(EXERCISE REQUIREMENTS): Write out exactly the lines below that run from the one containing "v48 (-45,0,23.75)" through the one containing "face PLANE(AX(P(45,0,23.75),D(0,0,-1),D(-1,0,0))) rev [-e53", both included, with no other lines.

(RAW DATA):
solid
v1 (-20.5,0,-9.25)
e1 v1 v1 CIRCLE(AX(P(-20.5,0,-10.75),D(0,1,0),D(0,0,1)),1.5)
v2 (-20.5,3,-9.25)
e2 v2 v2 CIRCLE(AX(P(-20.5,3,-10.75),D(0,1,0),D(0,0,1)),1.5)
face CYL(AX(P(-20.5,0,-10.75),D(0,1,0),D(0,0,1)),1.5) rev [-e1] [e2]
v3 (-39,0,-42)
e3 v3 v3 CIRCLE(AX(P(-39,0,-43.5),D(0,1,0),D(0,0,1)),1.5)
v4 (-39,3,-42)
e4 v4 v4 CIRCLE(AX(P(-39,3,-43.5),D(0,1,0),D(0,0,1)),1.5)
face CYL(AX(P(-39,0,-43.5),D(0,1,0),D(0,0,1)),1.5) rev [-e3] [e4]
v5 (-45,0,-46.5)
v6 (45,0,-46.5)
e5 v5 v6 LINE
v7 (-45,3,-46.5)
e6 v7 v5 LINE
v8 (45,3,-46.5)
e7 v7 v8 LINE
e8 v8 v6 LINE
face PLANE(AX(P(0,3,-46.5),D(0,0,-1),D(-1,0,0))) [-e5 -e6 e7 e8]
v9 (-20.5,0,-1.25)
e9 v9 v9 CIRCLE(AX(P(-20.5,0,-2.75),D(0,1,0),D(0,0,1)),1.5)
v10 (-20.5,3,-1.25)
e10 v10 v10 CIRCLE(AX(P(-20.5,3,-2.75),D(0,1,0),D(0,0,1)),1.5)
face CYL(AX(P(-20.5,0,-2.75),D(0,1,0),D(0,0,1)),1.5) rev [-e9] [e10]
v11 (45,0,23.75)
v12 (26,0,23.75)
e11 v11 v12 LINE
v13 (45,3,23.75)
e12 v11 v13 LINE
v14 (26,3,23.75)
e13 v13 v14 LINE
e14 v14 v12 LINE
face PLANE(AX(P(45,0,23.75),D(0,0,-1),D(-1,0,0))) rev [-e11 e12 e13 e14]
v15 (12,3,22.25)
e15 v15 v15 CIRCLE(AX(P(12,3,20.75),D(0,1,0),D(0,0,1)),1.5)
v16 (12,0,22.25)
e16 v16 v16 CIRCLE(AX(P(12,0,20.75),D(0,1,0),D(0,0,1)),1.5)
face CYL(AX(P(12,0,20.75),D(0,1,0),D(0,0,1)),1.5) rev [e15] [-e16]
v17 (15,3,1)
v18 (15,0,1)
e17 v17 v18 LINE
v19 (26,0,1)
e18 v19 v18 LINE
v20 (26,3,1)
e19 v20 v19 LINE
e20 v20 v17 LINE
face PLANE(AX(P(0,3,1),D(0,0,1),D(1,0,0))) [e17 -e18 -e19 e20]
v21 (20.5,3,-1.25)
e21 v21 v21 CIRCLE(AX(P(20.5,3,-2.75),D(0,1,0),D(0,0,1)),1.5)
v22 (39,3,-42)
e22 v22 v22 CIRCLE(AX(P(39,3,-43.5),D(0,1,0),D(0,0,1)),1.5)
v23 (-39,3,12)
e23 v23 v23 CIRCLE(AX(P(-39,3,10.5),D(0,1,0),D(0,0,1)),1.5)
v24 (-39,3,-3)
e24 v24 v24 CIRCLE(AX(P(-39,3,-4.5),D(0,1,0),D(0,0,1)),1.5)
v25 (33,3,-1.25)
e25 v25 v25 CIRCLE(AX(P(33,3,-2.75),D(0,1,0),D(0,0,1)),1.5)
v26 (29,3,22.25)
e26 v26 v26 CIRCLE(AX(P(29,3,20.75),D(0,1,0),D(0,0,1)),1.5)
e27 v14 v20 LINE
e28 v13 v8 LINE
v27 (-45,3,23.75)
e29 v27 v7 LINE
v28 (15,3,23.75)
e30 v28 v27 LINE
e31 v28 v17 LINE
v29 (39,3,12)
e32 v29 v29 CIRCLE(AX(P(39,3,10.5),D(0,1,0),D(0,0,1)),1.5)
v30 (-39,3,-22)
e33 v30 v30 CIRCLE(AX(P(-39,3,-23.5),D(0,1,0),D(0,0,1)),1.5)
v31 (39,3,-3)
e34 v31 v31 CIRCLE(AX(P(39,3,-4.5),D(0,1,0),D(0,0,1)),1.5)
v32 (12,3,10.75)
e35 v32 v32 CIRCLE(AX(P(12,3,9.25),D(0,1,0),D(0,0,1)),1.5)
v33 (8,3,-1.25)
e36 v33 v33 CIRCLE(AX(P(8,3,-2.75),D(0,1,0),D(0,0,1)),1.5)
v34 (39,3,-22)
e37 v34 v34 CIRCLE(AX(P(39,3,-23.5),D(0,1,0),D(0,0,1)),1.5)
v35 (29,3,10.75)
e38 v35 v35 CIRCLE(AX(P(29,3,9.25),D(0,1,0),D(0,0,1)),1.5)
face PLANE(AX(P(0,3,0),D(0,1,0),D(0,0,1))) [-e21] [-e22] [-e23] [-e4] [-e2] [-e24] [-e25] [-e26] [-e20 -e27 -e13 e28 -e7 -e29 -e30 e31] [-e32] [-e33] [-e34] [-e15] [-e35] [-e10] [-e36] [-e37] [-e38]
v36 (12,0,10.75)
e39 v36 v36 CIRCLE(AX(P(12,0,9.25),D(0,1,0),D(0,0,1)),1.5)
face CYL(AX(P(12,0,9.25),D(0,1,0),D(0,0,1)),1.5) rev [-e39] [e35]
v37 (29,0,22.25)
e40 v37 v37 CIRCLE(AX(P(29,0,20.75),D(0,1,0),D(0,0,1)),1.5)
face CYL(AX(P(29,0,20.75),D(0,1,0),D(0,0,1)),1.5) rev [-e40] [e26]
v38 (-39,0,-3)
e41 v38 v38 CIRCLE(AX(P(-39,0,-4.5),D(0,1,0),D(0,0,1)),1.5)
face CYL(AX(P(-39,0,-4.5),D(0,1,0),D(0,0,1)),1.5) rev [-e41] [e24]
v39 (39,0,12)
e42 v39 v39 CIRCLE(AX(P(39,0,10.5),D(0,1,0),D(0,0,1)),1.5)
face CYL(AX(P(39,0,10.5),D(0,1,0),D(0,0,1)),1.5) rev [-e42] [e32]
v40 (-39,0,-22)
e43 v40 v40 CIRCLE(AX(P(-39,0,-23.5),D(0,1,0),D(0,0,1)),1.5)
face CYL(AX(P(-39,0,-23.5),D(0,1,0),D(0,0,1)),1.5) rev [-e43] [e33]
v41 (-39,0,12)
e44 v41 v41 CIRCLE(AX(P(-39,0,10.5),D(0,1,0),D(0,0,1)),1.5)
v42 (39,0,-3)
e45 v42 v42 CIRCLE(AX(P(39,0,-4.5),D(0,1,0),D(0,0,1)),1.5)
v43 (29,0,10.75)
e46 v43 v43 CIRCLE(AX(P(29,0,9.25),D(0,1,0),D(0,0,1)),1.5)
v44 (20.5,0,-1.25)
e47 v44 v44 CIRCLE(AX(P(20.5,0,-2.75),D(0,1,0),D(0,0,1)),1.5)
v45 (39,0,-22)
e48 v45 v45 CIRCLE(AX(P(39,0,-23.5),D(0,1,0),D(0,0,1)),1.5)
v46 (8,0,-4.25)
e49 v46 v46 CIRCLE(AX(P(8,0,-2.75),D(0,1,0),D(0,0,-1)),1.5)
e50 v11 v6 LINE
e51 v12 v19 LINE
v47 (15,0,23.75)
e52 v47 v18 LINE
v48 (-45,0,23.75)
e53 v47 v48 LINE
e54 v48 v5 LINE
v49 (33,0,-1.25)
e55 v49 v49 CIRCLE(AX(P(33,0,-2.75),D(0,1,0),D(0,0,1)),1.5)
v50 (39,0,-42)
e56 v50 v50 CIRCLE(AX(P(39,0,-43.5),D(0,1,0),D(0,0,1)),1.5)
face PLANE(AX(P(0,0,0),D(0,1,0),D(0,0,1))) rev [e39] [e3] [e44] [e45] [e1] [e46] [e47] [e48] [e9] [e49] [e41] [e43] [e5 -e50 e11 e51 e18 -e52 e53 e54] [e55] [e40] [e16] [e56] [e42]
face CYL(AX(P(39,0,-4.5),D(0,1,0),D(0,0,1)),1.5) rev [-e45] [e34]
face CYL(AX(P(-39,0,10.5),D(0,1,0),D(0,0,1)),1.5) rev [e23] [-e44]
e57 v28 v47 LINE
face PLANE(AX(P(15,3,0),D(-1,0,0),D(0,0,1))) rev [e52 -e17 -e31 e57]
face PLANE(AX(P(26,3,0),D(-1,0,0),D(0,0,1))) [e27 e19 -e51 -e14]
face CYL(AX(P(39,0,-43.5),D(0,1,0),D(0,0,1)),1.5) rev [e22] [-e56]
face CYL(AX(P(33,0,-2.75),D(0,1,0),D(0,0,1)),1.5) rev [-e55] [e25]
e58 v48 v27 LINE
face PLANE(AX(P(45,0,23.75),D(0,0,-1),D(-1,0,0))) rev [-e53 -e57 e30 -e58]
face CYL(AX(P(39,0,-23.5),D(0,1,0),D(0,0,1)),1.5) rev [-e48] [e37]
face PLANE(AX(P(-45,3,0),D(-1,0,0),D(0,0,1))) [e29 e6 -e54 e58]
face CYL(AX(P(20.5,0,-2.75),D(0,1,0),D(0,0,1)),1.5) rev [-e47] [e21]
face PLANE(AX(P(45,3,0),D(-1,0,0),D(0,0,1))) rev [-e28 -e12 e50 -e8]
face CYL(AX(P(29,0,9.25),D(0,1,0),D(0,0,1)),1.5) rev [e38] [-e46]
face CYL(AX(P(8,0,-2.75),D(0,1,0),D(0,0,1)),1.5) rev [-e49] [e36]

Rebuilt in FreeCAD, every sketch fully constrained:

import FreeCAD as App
import Part
import Sketcher
Q = App.Units.Quantity

doc = App.newDocument("Part")
body = doc.addObject("PartDesign::Body", "Body")

sketch1 = body.newObject("Sketcher::SketchObject", "Sketch")
sketch1.AttachmentSupport = (doc.getObject("XZ_Plane"), [""])
sketch1.MapMode = "FlatFace"
sketch1.addGeometry(Part.LineSegment(App.Vector(-45, -46, 0), App.Vector(-45, 46, 0)), False)
sketch1.addGeometry(Part.LineSegment(App.Vector(-45, 46, 0), App.Vector(15, 46, 0)), False)
sketch1.addGeometry(Part.LineSegment(App.Vector(15, 46, 0), App.Vector(15, 1, 0)), False)
sketch1.addGeometry(Part.LineSegment(App.Vector(15, 1, 0), App.Vector(26, 1, 0)), False)
sketch1.addGeometry(Part.LineSegment(App.Vector(26, 1, 0), App.Vector(26, 46, 0)), False)
sketch1.addGeometry(Part.LineSegment(App.Vector(26, 46, 0), App.Vector(45, 46, 0)), False)
sketch1.addGeometry(Part.LineSegment(App.Vector(45, 46, 0), App.Vector(45, -46, 0)), False)
sketch1.addGeometry(Part.LineSegment(App.Vector(45, -46, 0), App.Vector(-45, -46, 0)), False)
sketch1.addConstraint(Sketcher.Constraint("Coincident", 0, 2, 1, 1))
sketch1.addConstraint(Sketcher.Constraint("Coincident", 1, 2, 2, 1))
sketch1.addConstraint(Sketcher.Constraint("Coincident", 2, 2, 3, 1))
sketch1.addConstraint(Sketcher.Constraint("Coincident", 3, 2, 4, 1))
sketch1.addConstraint(Sketcher.Constraint("Coincident", 4, 2, 5, 1))
sketch1.addConstraint(Sketcher.Constraint("Coincident", 5, 2, 6, 1))
sketch1.addConstraint(Sketcher.Constraint("Coincident", 6, 2, 7, 1))
sketch1.addConstraint(Sketcher.Constraint("Coincident", 7, 2, 0, 1))
sketch1.addConstraint(Sketcher.Constraint("Vertical", 0))
sketch1.addConstraint(Sketcher.Constraint("Horizontal", 1))
sketch1.addConstraint(Sketcher.Constraint("Vertical", 2))
sketch1.addConstraint(Sketcher.Constraint("Horizontal", 3))
sketch1.addConstraint(Sketcher.Constraint("Vertical", 4))
sketch1.addConstraint(Sketcher.Constraint("Horizontal", 5))
sketch1.addConstraint(Sketcher.Constraint("Vertical", 6))
sketch1.addConstraint(Sketcher.Constraint("Horizontal", 7))
sketch1.addConstraint(Sketcher.Constraint("Symmetric", 0, 2, 6, 2, -1, 1))
sketch1.addConstraint(Sketcher.Constraint("Horizontal", 1, 2, 4, 2))
sketch1.addConstraint(Sketcher.Constraint("DistanceX", 1, 1, 1, 2, Q("60 mm")))
sketch1.addConstraint(Sketcher.Constraint("DistanceX", 3, 1, 3, 2, Q("11 mm")))
sketch1.addConstraint(Sketcher.Constraint("DistanceX", 5, 1, 5, 2, Q("19 mm")))
sketch1.addConstraint(Sketcher.Constraint("DistanceY", 0, 1, 0, 2, Q("93 mm")))
sketch1.addConstraint(Sketcher.Constraint("DistanceY", 2, 2, 2, 1, Q("45.5 mm")))
pad1 = body.newObject("PartDesign::Pad", "Pad")
pad1.Profile = sketch1
pad1.Length = 3
pad1.Reversed = True

sketch2 = body.newObject("Sketcher::SketchObject", "Sketch001")
sketch2.AttachmentSupport = (doc.getObject("XZ_Plane"), [""])
sketch2.MapMode = "FlatFace"
sketch2.AttachmentOffset = App.Placement(App.Vector(0, 0, -3), App.Rotation())
sketch2.addGeometry(Part.Circle(App.Vector(39, -4.5, 0), App.Vector(0, 0, 1), 1.5), False)
sketch2.addGeometry(Part.Circle(App.Vector(39, 10.5, 0), App.Vector(0, 0, 1), 1.5), False)
sketch2.addGeometry(Part.Circle(App.Vector(-39, -4.5, 0), App.Vector(0, 0, 1), 1.5), False)
sketch2.addGeometry(Part.Circle(App.Vector(-39, 10.5, 0), App.Vector(0, 0, 1), 1.5), False)
sketch2.addConstraint(Sketcher.Constraint("Equal", 0, 1))
sketch2.addConstraint(Sketcher.Constraint("Equal", 1, 2))
sketch2.addConstraint(Sketcher.Constraint("Equal", 2, 3))
sketch2.addConstraint(Sketcher.Constraint("Symmetric", 0, 3, 2, 3, -2))
sketch2.addConstraint(Sketcher.Constraint("Symmetric", 1, 3, 3, 3, -2))
sketch2.addConstraint(Sketcher.Constraint("Vertical", 0, 3, 1, 3))
sketch2.addConstraint(Sketcher.Constraint("Diameter", 0, Q("3 mm")))
sketch2.addConstraint(Sketcher.Constraint("DistanceX", -1, 1, 0, 3, Q("39 mm")))
sketch2.addConstraint(Sketcher.Constraint("DistanceY", 0, 3, 1, 3, Q("15 mm")))
sketch2.addConstraint(Sketcher.Constraint("DistanceY", 0, 3, -1, 1, Q("4.5 mm")))
pocket1 = body.newObject("PartDesign::Pocket", "Pocket")
pocket1.Profile = sketch2
pocket1.Type = "ThroughAll"
pocket1.Reversed = True

sketch3 = body.newObject("Sketcher::SketchObject", "Sketch002")
sketch3.AttachmentSupport = (doc.getObject("XZ_Plane"), [""])
sketch3.MapMode = "FlatFace"
sketch3.AttachmentOffset = App.Placement(App.Vector(0, 0, -3), App.Rotation())
sketch3.addGeometry(Part.Circle(App.Vector(29, 20.8, 0), App.Vector(0, 0, 1), 1.5), False)
sketch3.addGeometry(Part.Circle(App.Vector(12, 20.8, 0), App.Vector(0, 0, 1), 1.5), False)
sketch3.addConstraint(Sketcher.Constraint("Equal", 0, 1))
sketch3.addConstraint(Sketcher.Constraint("Horizontal", 0, 3, 1, 3))
sketch3.addConstraint(Sketcher.Constraint("Diameter", 0, Q("3 mm")))
sketch3.addConstraint(Sketcher.Constraint("DistanceX", -1, 1, 0, 3, Q("29 mm")))
sketch3.addConstraint(Sketcher.Constraint("DistanceX", -1, 1, 1, 3, Q("12 mm")))
sketch3.addConstraint(Sketcher.Constraint("DistanceY", -1, 1, 0, 3, Q("20.75 mm")))
pocket2 = body.newObject("PartDesign::Pocket", "Pocket001")
pocket2.Profile = sketch3
pocket2.Type = "ThroughAll"
pocket2.Reversed = True

sketch4 = body.newObject("Sketcher::SketchObject", "Sketch003")
sketch4.AttachmentSupport = (doc.getObject("XZ_Plane"), [""])
sketch4.MapMode = "FlatFace"
sketch4.AttachmentOffset = App.Placement(App.Vector(0, 0, -3), App.Rotation())
sketch4.addGeometry(Part.Circle(App.Vector(12, 9.2, 0), App.Vector(0, 0, 1), 1.5), False)
sketch4.addGeometry(Part.Circle(App.Vector(29, 9.2, 0), App.Vector(0, 0, 1), 1.5), False)
sketch4.addConstraint(Sketcher.Constraint("Equal", 0, 1))
sketch4.addConstraint(Sketcher.Constraint("Horizontal", 0, 3, 1, 3))
sketch4.addConstraint(Sketcher.Constraint("Diameter", 0, Q("3 mm")))
sketch4.addConstraint(Sketcher.Constraint("DistanceX", -1, 1, 0, 3, Q("12 mm")))
sketch4.addConstraint(Sketcher.Constraint("DistanceX", -1, 1, 1, 3, Q("29 mm")))
sketch4.addConstraint(Sketcher.Constraint("DistanceY", -1, 1, 0, 3, Q("9.25 mm")))
pocket3 = body.newObject("PartDesign::Pocket", "Pocket002")
pocket3.Profile = sketch4
pocket3.Type = "ThroughAll"
pocket3.Reversed = True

(EXERCISE ANSWER):
v48 (-45,0,23.75)
e53 v47 v48 LINE
e54 v48 v5 LINE
v49 (33,0,-1.25)
e55 v49 v49 CIRCLE(AX(P(33,0,-2.75),D(0,1,0),D(0,0,1)),1.5)
v50 (39,0,-42)
e56 v50 v50 CIRCLE(AX(P(39,0,-43.5),D(0,1,0),D(0,0,1)),1.5)
face PLANE(AX(P(0,0,0),D(0,1,0),D(0,0,1))) rev [e39] [e3] [e44] [e45] [e1] [e46] [e47] [e48] [e9] [e49] [e41] [e43] [e5 -e50 e11 e51 e18 -e52 e53 e54] [e55] [e40] [e16] [e56] [e42]
face CYL(AX(P(39,0,-4.5),D(0,1,0),D(0,0,1)),1.5) rev [-e45] [e34]
face CYL(AX(P(-39,0,10.5),D(0,1,0),D(0,0,1)),1.5) rev [e23] [-e44]
e57 v28 v47 LINE
face PLANE(AX(P(15,3,0),D(-1,0,0),D(0,0,1))) rev [e52 -e17 -e31 e57]
face PLANE(AX(P(26,3,0),D(-1,0,0),D(0,0,1))) [e27 e19 -e51 -e14]
face CYL(AX(P(39,0,-43.5),D(0,1,0),D(0,0,1)),1.5) rev [e22] [-e56]
face CYL(AX(P(33,0,-2.75),D(0,1,0),D(0,0,1)),1.5) rev [-e55] [e25]
e58 v48 v27 LINE
face PLANE(AX(P(45,0,23.75),D(0,0,-1),D(-1,0,0))) rev [-e53 -e57 e30 -e58]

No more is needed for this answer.